▶ [THE TASK]
Copy exactly the lines from the start of the data below through the one that carries "v -3.175 -19.842 5.456", and only those.

▶ [SUPPLIED RECORDS]
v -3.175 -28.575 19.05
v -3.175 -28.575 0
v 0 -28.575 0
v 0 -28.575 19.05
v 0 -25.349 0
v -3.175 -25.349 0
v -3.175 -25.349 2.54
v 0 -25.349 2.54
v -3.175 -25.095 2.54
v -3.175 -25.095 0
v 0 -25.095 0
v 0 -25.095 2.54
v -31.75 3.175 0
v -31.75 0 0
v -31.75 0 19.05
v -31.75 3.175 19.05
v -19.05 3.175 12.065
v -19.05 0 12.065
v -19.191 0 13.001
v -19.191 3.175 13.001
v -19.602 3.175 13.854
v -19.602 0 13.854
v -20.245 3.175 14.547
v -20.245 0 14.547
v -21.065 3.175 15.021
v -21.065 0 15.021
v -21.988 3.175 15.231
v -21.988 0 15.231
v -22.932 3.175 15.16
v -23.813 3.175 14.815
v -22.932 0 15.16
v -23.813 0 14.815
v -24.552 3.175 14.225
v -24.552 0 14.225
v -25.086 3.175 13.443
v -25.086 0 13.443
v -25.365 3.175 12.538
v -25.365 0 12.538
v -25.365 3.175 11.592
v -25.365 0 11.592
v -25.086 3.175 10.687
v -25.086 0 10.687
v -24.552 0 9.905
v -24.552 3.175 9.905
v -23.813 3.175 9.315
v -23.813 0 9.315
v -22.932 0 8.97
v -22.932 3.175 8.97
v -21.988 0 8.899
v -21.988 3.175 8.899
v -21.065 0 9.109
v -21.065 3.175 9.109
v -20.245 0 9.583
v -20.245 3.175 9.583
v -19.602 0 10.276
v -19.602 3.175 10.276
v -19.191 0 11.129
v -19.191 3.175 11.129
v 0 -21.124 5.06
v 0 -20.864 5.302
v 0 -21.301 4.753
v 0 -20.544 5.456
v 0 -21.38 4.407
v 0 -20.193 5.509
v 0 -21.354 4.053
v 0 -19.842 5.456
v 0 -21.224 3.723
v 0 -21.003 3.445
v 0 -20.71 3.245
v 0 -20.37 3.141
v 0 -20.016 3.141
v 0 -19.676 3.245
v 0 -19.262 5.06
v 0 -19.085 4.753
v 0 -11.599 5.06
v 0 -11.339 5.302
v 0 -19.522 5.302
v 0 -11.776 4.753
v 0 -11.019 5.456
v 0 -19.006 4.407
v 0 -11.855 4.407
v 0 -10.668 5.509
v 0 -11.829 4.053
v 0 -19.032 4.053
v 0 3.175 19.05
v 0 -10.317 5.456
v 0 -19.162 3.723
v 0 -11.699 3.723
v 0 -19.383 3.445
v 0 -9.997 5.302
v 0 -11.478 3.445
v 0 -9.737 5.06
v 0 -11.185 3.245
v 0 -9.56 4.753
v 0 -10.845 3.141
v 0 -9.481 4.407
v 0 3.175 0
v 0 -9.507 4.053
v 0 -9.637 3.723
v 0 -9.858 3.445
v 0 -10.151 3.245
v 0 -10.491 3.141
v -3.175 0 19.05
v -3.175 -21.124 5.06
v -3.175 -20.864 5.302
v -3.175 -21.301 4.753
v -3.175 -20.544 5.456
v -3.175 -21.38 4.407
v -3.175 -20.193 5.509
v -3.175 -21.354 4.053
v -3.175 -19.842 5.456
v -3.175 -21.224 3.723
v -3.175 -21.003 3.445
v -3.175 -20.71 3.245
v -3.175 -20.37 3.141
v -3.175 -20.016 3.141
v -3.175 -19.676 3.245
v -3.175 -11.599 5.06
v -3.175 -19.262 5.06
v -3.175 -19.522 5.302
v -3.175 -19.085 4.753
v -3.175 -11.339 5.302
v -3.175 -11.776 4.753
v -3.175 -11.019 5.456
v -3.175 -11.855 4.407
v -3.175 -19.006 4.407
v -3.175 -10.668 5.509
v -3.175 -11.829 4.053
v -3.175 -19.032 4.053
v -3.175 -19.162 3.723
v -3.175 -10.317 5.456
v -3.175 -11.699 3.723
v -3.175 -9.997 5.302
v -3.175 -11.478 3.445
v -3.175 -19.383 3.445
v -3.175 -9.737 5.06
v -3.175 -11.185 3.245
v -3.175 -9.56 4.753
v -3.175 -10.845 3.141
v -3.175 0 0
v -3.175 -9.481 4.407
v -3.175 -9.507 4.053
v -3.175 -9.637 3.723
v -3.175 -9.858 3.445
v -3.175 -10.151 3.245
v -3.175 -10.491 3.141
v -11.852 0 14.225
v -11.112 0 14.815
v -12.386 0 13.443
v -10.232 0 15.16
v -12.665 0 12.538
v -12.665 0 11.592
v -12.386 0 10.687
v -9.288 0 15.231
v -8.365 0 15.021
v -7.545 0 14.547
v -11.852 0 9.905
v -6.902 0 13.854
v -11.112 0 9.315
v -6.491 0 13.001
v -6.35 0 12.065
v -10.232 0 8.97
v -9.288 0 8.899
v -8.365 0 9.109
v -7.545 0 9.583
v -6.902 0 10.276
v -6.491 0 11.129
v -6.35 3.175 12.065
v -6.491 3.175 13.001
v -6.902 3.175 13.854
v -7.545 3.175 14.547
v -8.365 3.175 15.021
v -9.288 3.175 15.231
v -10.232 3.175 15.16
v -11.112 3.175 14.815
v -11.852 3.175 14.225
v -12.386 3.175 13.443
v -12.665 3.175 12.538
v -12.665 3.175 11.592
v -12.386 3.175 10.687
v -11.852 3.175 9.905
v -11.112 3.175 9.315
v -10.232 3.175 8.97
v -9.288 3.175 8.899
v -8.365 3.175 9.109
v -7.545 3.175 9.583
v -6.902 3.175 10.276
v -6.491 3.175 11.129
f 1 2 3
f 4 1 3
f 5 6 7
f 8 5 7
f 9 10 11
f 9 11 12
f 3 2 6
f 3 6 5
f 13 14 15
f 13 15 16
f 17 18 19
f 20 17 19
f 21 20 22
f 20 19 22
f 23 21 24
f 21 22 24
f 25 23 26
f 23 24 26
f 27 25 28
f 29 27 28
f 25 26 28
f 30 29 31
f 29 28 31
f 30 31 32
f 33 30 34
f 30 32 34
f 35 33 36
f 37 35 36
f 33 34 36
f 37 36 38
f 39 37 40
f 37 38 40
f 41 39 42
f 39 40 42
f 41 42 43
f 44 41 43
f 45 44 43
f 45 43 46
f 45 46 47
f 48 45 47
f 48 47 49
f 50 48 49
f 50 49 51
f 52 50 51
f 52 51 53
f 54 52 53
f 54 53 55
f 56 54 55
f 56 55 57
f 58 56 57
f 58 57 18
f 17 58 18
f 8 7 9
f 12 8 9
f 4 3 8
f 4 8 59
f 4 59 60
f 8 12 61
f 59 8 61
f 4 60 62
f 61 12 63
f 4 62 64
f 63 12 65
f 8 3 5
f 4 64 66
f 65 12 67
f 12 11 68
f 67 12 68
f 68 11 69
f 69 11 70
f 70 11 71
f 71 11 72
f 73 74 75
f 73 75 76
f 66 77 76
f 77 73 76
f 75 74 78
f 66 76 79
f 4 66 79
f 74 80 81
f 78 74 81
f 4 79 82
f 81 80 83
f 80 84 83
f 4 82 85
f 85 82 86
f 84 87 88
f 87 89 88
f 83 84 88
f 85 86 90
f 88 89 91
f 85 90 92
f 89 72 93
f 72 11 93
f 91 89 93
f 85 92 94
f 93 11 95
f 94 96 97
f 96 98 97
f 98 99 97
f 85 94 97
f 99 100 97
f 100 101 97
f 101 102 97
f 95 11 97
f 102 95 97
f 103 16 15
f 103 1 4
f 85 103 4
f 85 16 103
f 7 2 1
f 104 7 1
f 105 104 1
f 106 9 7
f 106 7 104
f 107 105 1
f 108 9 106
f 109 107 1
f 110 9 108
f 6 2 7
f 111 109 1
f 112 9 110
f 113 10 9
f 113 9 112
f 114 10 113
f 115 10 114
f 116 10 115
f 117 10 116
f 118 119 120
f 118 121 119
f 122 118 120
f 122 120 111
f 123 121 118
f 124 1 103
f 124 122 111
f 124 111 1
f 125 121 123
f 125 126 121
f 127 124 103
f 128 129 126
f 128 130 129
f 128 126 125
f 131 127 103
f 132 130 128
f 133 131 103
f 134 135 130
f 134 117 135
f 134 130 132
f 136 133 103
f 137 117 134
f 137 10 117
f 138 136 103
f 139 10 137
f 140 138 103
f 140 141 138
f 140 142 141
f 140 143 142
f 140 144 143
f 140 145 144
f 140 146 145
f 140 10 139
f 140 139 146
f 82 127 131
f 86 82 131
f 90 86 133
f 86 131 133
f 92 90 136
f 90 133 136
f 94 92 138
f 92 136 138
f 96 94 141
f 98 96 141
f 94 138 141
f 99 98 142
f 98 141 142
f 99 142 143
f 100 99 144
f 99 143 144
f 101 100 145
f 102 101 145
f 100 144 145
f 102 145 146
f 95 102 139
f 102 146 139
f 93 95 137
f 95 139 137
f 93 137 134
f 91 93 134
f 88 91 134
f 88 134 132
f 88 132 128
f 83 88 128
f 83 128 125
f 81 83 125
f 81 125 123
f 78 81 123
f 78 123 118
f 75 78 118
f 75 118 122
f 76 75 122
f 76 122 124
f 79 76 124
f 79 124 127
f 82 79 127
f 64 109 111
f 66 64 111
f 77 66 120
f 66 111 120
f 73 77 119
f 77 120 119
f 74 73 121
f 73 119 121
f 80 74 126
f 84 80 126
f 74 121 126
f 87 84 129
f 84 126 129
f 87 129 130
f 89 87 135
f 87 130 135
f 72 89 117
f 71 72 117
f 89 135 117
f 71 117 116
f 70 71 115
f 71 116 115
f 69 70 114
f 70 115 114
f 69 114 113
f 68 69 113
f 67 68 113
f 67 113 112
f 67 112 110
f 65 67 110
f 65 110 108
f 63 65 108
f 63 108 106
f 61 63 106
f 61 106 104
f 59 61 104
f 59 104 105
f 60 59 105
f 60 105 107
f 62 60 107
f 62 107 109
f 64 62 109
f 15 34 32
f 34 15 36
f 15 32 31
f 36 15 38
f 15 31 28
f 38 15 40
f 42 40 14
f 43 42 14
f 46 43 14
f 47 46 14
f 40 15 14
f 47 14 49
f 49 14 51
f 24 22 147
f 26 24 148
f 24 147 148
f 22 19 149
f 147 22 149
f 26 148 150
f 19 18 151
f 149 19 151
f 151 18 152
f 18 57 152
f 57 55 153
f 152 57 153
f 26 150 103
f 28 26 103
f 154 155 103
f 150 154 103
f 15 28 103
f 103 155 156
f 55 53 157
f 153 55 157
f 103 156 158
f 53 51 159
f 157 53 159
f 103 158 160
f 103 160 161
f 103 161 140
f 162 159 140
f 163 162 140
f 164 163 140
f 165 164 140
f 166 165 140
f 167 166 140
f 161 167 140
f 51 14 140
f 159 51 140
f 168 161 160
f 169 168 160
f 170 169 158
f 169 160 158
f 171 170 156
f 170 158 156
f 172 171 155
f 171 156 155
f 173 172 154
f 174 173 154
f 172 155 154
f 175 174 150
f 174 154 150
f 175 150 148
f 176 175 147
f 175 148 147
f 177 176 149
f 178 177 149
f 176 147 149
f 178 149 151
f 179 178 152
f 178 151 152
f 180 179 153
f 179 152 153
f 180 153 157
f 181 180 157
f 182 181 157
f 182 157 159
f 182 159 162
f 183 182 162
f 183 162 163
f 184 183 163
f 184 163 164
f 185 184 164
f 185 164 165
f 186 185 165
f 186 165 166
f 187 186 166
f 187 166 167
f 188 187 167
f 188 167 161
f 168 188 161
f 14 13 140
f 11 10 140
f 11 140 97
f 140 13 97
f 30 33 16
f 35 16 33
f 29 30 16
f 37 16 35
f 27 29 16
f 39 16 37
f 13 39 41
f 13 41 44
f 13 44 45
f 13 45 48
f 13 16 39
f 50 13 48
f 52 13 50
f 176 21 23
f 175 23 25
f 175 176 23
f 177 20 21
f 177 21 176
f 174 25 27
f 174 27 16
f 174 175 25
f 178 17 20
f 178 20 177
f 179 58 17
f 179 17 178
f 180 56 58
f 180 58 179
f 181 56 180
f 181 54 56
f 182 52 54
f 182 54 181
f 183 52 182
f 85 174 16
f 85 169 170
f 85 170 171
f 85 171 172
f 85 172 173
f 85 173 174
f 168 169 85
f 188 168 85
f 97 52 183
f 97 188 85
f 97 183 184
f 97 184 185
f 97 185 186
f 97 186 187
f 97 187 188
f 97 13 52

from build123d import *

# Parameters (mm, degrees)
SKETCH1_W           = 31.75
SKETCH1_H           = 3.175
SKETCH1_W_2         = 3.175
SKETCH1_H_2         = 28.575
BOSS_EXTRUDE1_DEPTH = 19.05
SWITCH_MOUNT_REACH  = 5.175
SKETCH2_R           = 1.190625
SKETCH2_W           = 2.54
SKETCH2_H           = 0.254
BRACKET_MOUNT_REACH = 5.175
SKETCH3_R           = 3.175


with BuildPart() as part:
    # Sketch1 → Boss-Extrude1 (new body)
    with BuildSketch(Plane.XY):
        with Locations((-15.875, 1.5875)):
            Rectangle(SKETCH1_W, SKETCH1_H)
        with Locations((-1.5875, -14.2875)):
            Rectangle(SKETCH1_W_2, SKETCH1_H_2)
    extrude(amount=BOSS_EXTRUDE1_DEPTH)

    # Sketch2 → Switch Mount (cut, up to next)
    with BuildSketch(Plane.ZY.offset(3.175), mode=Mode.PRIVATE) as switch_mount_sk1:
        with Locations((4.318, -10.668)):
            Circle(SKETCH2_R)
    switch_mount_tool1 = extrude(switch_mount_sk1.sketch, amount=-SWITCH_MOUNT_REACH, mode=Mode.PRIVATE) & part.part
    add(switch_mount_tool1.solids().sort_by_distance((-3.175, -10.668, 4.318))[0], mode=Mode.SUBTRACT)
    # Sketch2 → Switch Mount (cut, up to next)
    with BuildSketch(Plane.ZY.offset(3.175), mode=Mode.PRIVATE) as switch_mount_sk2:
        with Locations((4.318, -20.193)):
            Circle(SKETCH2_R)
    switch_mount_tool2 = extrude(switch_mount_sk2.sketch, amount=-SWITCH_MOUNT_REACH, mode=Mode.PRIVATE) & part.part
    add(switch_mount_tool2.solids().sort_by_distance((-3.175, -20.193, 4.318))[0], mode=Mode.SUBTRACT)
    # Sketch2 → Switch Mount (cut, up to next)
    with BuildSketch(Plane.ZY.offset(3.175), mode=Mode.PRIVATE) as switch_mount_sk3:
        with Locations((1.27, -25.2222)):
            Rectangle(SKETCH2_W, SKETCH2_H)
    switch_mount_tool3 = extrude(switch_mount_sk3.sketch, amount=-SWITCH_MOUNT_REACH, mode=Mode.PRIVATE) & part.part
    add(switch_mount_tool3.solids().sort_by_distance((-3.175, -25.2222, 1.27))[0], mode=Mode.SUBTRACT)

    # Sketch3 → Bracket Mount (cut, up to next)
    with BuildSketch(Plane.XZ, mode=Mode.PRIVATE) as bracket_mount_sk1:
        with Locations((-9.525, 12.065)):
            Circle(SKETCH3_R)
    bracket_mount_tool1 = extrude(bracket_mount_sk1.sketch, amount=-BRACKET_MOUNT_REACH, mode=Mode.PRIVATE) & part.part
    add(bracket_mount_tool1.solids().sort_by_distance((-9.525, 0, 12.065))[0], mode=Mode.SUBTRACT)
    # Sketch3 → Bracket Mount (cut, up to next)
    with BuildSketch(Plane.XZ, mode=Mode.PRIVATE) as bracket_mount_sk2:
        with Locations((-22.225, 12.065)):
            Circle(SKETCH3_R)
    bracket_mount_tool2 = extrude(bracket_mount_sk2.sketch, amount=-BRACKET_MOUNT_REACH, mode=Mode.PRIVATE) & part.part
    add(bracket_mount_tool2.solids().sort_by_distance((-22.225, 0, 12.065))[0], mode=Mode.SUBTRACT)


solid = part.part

▶ [ANSWER TO THIS PROBLEM]
v -3.175 -28.575 19.05
v -3.175 -28.575 0
v 0 -28.575 0
v 0 -28.575 19.05
v 0 -25.349 0
v -3.175 -25.349 0
v -3.175 -25.349 2.54
v 0 -25.349 2.54
v -3.175 -25.095 2.54
v -3.175 -25.095 0
v 0 -25.095 0
v 0 -25.095 2.54
v -31.75 3.175 0
v -31.75 0 0
v -31.75 0 19.05
v -31.75 3.175 19.05
v -19.05 3.175 12.065
v -19.05 0 12.065
v -19.191 0 13.001
v -19.191 3.175 13.001
v -19.602 3.175 13.854
v -19.602 0 13.854
v -20.245 3.175 14.547
v -20.245 0 14.547
v -21.065 3.175 15.021
v -21.065 0 15.021
v -21.988 3.175 15.231
v -21.988 0 15.231
v -22.932 3.175 15.16
v -23.813 3.175 14.815
v -22.932 0 15.16
v -23.813 0 14.815
v -24.552 3.175 14.225
v -24.552 0 14.225
v -25.086 3.175 13.443
v -25.086 0 13.443
v -25.365 3.175 12.538
v -25.365 0 12.538
v -25.365 3.175 11.592
v -25.365 0 11.592
v -25.086 3.175 10.687
v -25.086 0 10.687
v -24.552 0 9.905
v -24.552 3.175 9.905
v -23.813 3.175 9.315
v -23.813 0 9.315
v -22.932 0 8.97
v -22.932 3.175 8.97
v -21.988 0 8.899
v -21.988 3.175 8.899
v -21.065 0 9.109
v -21.065 3.175 9.109
v -20.245 0 9.583
v -20.245 3.175 9.583
v -19.602 0 10.276
v -19.602 3.175 10.276
v -19.191 0 11.129
v -19.191 3.175 11.129
v 0 -21.124 5.06
v 0 -20.864 5.302
v 0 -21.301 4.753
v 0 -20.544 5.456
v 0 -21.38 4.407
v 0 -20.193 5.509
v 0 -21.354 4.053
v 0 -19.842 5.456
v 0 -21.224 3.723
v 0 -21.003 3.445
v 0 -20.71 3.245
v 0 -20.37 3.141
v 0 -20.016 3.141
v 0 -19.676 3.245
v 0 -19.262 5.06
v 0 -19.085 4.753
v 0 -11.599 5.06
v 0 -11.339 5.302
v 0 -19.522 5.302
v 0 -11.776 4.753
v 0 -11.019 5.456
v 0 -19.006 4.407
v 0 -11.855 4.407
v 0 -10.668 5.509
v 0 -11.829 4.053
v 0 -19.032 4.053
v 0 3.175 19.05
v 0 -10.317 5.456
v 0 -19.162 3.723
v 0 -11.699 3.723
v 0 -19.383 3.445
v 0 -9.997 5.302
v 0 -11.478 3.445
v 0 -9.737 5.06
v 0 -11.185 3.245
v 0 -9.56 4.753
v 0 -10.845 3.141
v 0 -9.481 4.407
v 0 3.175 0
v 0 -9.507 4.053
v 0 -9.637 3.723
v 0 -9.858 3.445
v 0 -10.151 3.245
v 0 -10.491 3.141
v -3.175 0 19.05
v -3.175 -21.124 5.06
v -3.175 -20.864 5.302
v -3.175 -21.301 4.753
v -3.175 -20.544 5.456
v -3.175 -21.38 4.407
v -3.175 -20.193 5.509
v -3.175 -21.354 4.053
v -3.175 -19.842 5.456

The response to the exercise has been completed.